A more extreme approach would be to remove that transaxle housing side, which is also the motor end housing, and build a custom replacement of a more suitable (compact) shape.


----------



## retrEVnoc (Mar 23, 2019)

greg's video series on the F450 conversion is excellent-- very informative. He uses some pricey, but off-the-shelf parts (magnum crawl box by Offroad Design coupled with I think an Atlas transfer case) combined with some custom parts to send power from the tesla motor straight to a 4wd transfer case, circumventing Tesla's gear reduction.

Sam with the Audi conversion of youtube fame also did it, with a similarly custom gear reduction setup, albeit less detailed documentation than greg's truck project.

The beauty of the Tesla drive unit is the integration... integrated cooling, no 3-phase wiring. Splitting it up may well cost you just as much as a different AC system in the end due to the retrofitting needed.


----------



## electro wrks (Mar 5, 2012)

One potential problem with the F450 conversion could be the early Tesla induction motor(if that's what's being used) overheating. If the truck is used for towing and hauling, as they often are, and the motor run in high enough power output, they may encounter the same problem racers have seen after a lap or 2 at speed. That is the motor's rotor overheating and the controller dropping the power output. From experience, it seems this is less of a problem with the newer, interior magnet permanent magnet(did I get that right?) motors from Tesla. 
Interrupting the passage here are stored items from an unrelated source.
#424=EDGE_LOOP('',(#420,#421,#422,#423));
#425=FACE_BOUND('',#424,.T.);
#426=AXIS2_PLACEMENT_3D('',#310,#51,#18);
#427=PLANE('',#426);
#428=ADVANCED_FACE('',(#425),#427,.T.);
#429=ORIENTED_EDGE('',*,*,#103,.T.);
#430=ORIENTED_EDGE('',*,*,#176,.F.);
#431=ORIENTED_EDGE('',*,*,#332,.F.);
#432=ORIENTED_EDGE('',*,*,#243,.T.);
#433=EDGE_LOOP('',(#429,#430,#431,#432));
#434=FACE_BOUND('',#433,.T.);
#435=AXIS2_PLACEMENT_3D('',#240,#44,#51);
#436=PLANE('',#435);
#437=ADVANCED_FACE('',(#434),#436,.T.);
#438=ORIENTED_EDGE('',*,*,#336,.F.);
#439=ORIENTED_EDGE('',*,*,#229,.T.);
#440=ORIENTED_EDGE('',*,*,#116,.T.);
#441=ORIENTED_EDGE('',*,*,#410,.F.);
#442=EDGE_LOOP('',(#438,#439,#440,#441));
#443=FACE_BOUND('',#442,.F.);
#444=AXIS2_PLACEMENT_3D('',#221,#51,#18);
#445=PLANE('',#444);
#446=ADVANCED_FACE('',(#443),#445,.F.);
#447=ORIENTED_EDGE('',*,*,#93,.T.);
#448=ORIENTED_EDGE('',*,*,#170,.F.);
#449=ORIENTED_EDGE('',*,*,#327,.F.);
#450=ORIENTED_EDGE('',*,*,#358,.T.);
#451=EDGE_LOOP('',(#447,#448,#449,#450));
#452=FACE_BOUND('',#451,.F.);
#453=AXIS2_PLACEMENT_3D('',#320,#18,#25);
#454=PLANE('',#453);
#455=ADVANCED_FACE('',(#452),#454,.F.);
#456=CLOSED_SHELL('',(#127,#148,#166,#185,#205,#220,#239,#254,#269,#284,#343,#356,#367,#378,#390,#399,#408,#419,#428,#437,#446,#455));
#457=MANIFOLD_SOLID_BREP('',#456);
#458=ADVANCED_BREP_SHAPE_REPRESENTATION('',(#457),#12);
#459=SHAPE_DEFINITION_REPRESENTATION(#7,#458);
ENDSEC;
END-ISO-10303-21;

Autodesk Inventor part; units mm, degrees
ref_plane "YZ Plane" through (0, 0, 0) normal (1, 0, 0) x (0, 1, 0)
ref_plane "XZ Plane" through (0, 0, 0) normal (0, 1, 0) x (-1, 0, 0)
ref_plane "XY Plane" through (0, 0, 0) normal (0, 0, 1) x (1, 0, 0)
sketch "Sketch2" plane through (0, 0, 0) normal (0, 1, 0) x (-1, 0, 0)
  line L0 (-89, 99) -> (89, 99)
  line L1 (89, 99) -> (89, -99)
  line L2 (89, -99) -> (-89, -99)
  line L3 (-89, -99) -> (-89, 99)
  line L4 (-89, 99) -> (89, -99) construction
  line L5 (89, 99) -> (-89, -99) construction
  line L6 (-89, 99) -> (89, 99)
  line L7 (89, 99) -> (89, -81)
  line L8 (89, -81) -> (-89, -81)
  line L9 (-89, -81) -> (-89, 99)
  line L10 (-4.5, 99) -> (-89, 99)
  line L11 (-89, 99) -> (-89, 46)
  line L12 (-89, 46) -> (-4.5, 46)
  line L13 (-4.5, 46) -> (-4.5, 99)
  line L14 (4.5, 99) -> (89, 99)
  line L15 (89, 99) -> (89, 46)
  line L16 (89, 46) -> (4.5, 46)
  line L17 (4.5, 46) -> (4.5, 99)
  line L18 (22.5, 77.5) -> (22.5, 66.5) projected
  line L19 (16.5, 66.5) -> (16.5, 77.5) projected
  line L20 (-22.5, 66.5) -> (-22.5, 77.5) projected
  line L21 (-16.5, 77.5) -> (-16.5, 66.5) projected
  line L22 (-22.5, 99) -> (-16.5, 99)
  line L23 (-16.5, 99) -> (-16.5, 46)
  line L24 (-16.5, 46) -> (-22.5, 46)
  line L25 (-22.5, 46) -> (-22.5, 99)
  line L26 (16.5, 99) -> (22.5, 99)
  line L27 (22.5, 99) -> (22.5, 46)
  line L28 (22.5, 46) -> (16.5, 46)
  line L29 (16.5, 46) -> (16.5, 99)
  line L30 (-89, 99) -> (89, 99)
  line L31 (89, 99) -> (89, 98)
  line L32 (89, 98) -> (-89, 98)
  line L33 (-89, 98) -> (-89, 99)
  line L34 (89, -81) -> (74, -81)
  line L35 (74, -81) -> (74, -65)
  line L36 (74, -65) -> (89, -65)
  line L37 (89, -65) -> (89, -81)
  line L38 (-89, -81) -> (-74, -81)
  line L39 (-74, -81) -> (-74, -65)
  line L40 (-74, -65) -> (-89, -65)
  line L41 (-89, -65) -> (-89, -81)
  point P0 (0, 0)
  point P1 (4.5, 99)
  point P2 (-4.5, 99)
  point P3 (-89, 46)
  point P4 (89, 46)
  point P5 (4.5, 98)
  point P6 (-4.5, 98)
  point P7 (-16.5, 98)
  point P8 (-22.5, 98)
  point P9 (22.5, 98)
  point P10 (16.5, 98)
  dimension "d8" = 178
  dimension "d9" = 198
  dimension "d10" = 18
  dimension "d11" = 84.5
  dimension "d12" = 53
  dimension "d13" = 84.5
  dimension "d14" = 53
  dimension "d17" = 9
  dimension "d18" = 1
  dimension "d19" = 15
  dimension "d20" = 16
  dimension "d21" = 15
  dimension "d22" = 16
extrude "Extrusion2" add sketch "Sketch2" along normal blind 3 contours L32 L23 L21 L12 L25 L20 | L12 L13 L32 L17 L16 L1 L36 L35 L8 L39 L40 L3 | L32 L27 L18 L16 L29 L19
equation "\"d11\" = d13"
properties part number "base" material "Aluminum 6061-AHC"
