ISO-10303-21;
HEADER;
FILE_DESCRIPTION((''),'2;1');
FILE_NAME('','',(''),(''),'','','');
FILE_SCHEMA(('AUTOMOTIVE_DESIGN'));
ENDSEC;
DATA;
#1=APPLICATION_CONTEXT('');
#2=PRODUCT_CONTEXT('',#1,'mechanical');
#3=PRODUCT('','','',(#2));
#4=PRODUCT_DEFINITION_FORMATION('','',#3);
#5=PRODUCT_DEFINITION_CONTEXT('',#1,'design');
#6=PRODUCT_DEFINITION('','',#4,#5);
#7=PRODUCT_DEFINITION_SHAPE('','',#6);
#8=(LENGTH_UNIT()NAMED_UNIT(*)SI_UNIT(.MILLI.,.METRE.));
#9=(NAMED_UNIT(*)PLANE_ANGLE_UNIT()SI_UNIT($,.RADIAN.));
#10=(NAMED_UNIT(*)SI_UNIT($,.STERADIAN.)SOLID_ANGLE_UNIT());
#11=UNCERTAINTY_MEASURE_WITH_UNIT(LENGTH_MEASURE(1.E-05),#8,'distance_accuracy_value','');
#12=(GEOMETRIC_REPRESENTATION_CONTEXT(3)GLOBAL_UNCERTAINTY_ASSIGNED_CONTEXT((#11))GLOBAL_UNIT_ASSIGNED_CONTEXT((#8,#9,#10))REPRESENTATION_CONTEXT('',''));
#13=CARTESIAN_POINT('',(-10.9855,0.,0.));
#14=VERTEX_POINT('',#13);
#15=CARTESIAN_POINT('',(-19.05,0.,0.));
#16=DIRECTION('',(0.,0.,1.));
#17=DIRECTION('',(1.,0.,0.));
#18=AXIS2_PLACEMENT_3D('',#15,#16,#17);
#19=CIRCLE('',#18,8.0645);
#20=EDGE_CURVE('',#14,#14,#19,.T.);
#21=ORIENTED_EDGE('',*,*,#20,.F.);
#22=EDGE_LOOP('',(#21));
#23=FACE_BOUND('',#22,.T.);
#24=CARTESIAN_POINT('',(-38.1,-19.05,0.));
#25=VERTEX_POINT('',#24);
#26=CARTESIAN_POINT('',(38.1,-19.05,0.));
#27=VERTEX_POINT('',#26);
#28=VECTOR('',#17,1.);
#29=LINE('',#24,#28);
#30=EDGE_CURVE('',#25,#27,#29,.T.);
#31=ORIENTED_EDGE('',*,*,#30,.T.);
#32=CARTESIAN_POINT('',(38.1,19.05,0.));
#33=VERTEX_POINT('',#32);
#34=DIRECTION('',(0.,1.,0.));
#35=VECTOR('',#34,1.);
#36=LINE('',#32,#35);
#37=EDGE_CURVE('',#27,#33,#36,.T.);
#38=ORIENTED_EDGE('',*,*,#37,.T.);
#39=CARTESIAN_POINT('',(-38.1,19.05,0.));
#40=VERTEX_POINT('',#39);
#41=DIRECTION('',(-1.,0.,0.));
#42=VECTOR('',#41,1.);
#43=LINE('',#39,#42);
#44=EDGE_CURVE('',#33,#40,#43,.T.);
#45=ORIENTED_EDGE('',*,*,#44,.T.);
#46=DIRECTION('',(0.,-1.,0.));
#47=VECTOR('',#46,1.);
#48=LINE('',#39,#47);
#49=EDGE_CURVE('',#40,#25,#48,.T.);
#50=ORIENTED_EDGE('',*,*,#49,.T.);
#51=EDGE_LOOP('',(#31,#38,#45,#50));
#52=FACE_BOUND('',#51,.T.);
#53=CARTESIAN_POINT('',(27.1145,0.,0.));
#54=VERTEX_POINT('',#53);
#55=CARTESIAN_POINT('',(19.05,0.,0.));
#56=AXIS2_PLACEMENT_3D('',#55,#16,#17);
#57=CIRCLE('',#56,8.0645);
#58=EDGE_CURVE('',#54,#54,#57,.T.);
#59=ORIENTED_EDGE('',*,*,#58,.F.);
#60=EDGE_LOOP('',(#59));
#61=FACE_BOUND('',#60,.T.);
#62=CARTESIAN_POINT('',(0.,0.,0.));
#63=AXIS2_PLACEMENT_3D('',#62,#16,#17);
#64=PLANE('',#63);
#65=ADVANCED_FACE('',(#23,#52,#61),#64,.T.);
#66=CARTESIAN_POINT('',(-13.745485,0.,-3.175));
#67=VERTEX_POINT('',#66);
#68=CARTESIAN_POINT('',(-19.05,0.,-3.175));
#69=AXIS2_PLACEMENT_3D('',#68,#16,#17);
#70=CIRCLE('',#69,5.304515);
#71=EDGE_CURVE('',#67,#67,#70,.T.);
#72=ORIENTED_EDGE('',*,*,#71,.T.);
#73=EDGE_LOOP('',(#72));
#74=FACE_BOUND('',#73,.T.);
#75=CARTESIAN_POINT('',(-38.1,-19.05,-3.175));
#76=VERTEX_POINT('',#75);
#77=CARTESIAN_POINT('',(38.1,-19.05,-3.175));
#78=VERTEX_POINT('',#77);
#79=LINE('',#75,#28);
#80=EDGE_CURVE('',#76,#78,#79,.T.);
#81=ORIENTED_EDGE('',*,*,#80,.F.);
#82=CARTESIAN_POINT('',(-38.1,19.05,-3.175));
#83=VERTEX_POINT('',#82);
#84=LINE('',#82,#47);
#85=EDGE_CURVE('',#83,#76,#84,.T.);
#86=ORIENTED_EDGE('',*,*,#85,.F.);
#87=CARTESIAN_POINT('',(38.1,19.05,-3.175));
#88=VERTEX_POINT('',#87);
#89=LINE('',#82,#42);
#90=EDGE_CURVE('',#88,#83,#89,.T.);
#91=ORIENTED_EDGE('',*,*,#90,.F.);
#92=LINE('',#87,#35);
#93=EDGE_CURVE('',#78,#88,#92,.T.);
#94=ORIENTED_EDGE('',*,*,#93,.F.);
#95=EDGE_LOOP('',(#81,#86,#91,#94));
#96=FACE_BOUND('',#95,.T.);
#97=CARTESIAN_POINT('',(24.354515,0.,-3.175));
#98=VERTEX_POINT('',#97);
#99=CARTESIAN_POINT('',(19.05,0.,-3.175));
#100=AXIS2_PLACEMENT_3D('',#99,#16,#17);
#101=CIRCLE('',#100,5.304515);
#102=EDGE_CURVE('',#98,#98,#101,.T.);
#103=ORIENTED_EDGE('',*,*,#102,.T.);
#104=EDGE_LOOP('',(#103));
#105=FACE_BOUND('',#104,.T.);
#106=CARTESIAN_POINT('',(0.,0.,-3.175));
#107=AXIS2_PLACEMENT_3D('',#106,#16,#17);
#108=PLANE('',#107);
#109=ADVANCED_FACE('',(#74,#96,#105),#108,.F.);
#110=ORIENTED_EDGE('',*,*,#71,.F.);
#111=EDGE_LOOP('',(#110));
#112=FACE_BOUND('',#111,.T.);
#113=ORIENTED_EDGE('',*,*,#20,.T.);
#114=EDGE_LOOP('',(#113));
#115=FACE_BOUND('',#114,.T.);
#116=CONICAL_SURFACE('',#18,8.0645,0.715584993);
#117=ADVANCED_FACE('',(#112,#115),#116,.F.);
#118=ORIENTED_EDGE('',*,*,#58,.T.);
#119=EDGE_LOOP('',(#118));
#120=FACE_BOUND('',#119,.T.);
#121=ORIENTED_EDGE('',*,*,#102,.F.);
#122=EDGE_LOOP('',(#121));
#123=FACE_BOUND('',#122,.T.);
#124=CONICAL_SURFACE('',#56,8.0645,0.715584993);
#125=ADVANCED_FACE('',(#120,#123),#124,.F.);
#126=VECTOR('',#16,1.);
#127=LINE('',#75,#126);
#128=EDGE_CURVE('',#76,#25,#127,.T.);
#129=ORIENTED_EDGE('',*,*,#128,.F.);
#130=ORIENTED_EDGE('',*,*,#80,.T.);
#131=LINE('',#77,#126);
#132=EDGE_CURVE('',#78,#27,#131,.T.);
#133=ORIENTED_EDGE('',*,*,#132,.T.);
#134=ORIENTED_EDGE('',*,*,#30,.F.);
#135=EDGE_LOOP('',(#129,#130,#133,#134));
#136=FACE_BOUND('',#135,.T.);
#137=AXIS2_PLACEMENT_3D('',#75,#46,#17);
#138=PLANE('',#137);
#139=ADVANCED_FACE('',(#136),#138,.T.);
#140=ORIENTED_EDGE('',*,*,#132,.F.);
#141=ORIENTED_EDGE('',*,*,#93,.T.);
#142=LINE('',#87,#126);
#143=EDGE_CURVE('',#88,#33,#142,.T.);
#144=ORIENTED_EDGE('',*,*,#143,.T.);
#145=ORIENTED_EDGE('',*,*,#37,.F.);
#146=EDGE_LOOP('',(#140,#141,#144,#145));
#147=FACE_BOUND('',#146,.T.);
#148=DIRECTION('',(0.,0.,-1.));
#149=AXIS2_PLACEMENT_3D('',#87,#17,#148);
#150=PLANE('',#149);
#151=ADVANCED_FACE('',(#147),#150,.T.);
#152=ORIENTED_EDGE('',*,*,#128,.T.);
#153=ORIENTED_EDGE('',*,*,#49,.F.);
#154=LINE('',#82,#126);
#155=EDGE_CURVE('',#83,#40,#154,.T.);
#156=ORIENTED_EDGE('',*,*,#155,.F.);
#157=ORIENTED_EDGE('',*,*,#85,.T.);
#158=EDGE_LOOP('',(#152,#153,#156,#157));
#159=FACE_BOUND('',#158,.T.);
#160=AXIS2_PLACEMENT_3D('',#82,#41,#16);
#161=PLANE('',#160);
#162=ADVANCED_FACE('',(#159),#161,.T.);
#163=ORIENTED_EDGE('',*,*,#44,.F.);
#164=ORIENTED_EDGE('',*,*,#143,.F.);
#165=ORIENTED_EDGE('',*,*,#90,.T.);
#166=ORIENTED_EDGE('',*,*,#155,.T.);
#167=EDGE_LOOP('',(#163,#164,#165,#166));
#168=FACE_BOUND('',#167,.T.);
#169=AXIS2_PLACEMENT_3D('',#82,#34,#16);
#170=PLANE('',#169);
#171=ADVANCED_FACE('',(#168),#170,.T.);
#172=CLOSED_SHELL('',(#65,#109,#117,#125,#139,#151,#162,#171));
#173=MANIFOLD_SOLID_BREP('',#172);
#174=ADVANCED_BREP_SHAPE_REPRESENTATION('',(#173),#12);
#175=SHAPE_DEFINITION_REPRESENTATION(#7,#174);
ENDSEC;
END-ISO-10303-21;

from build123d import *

# Parameters (mm, degrees)
SKETCH1_W                                         = 76.2
SKETCH1_H                                         = 38.1
SKETCH1_R                                         = 4.191
SKETCH1_R_2                                       = 4.1656
BOSS_EXTRUDE1_DEPTH                               = 3.175
CSK_FOR_5_16_FLAT_HEAD_MACHINE_SCREW2_D           = 8.4328
CSK_FOR_5_16_FLAT_HEAD_MACHINE_SCREW2_DEPTH       = 32.766
CSK_FOR_5_16_FLAT_HEAD_MACHINE_SCREW2_CSINK_D     = 16.129
CSK_FOR_5_16_FLAT_HEAD_MACHINE_SCREW2_CSINK_ANGLE = 82
CSK_FOR_5_16_FLAT_HEAD_MACHINE_SCREW2_TIP         = 2.533468714


with BuildPart() as part:
    # Sketch1 → Boss-Extrude1 (new body)
    with BuildSketch(Plane.XY):
        Rectangle(SKETCH1_W, SKETCH1_H)
        with Locations((-19.05, 0)):
            Circle(SKETCH1_R, mode=Mode.SUBTRACT)
        with Locations((19.05, 0)):
            Circle(SKETCH1_R_2, mode=Mode.SUBTRACT)
    extrude(amount=-BOSS_EXTRUDE1_DEPTH)

    # CSK for 5/16 Flat Head Machine Screw2
    with Locations(Plane(origin=(-19.05, 0, 0), x_dir=(1, 0, 0), z_dir=(0, 0, 1))):
        with Locations((0, 0), (38.1, 0)):
            CounterSinkHole(CSK_FOR_5_16_FLAT_HEAD_MACHINE_SCREW2_D / 2, CSK_FOR_5_16_FLAT_HEAD_MACHINE_SCREW2_CSINK_D / 2, depth=CSK_FOR_5_16_FLAT_HEAD_MACHINE_SCREW2_DEPTH, counter_sink_angle=CSK_FOR_5_16_FLAT_HEAD_MACHINE_SCREW2_CSINK_ANGLE)
            with Locations((0, 0, -(CSK_FOR_5_16_FLAT_HEAD_MACHINE_SCREW2_DEPTH + CSK_FOR_5_16_FLAT_HEAD_MACHINE_SCREW2_TIP / 2))):  # 118° drill point
                Cone(0, CSK_FOR_5_16_FLAT_HEAD_MACHINE_SCREW2_D / 2, CSK_FOR_5_16_FLAT_HEAD_MACHINE_SCREW2_TIP, mode=Mode.SUBTRACT)


solid = part.part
I forget what Teslas use this motor(some use both kinds!). brian and others will know this detail, the motor location(front or rear), and their power outputs.


----------



## brian_ (Feb 7, 2017)

electro wrks said:


> One potential problem with the F450 conversion could be the early Tesla induction motor(if that's what's being used) overheating. If the truck is used for towing and hauling, as they often are, and the motor run in high enough power output, they may encounter the same problem racers have seen after a lap or 2 at speed. That is the motor's rotor overheating and the controller dropping the power output. From experience, it seems this is less of a problem with the newer, interior magnet permanent magnet(did I get that right?) motors from Tesla.


I think that's an excellent point: even if peak power capability is suitable, the motor needs to be able to handle what the vehicle needs continuously. Two motors (for front and rear) would be more appropriate, and would eliminate the need for the transfer case.

Yes, this is an induction motor, presumably the "large" Model S/X motor.



electro wrks said:


> I forget what Teslas use this motor(some use both kinds!). brian and others will know this detail, the motor location(front or rear), and their power outputs.


The original Roadster, Model S, and Model X use only induction motors. The Roadster motor is now irrelevant. The Model S and X use the same motors: 

RWD: one large motor at the rear
AWD (normal): a small motor at the front and another small motor at the rear
AWD "Performance": a small motor at the front and a large motor at the rear
All "small" motors are the same, but the front and rear transaxles are a bit different; all "large" motors are the same (including the same transaxle). The large motor seems to be particularly prone to cooling issues; the large and small motors (with their associated transaxle and inverter) have different cooling system designs.

For power output, I just look at the list someone assembled in Wikipedia.

The Model 3 uses a permanent magnet motor at the rear, but apparently the front motor of AWD Model 3 is an induction motor, possibly related to the small Model S/X AWD motor.


----------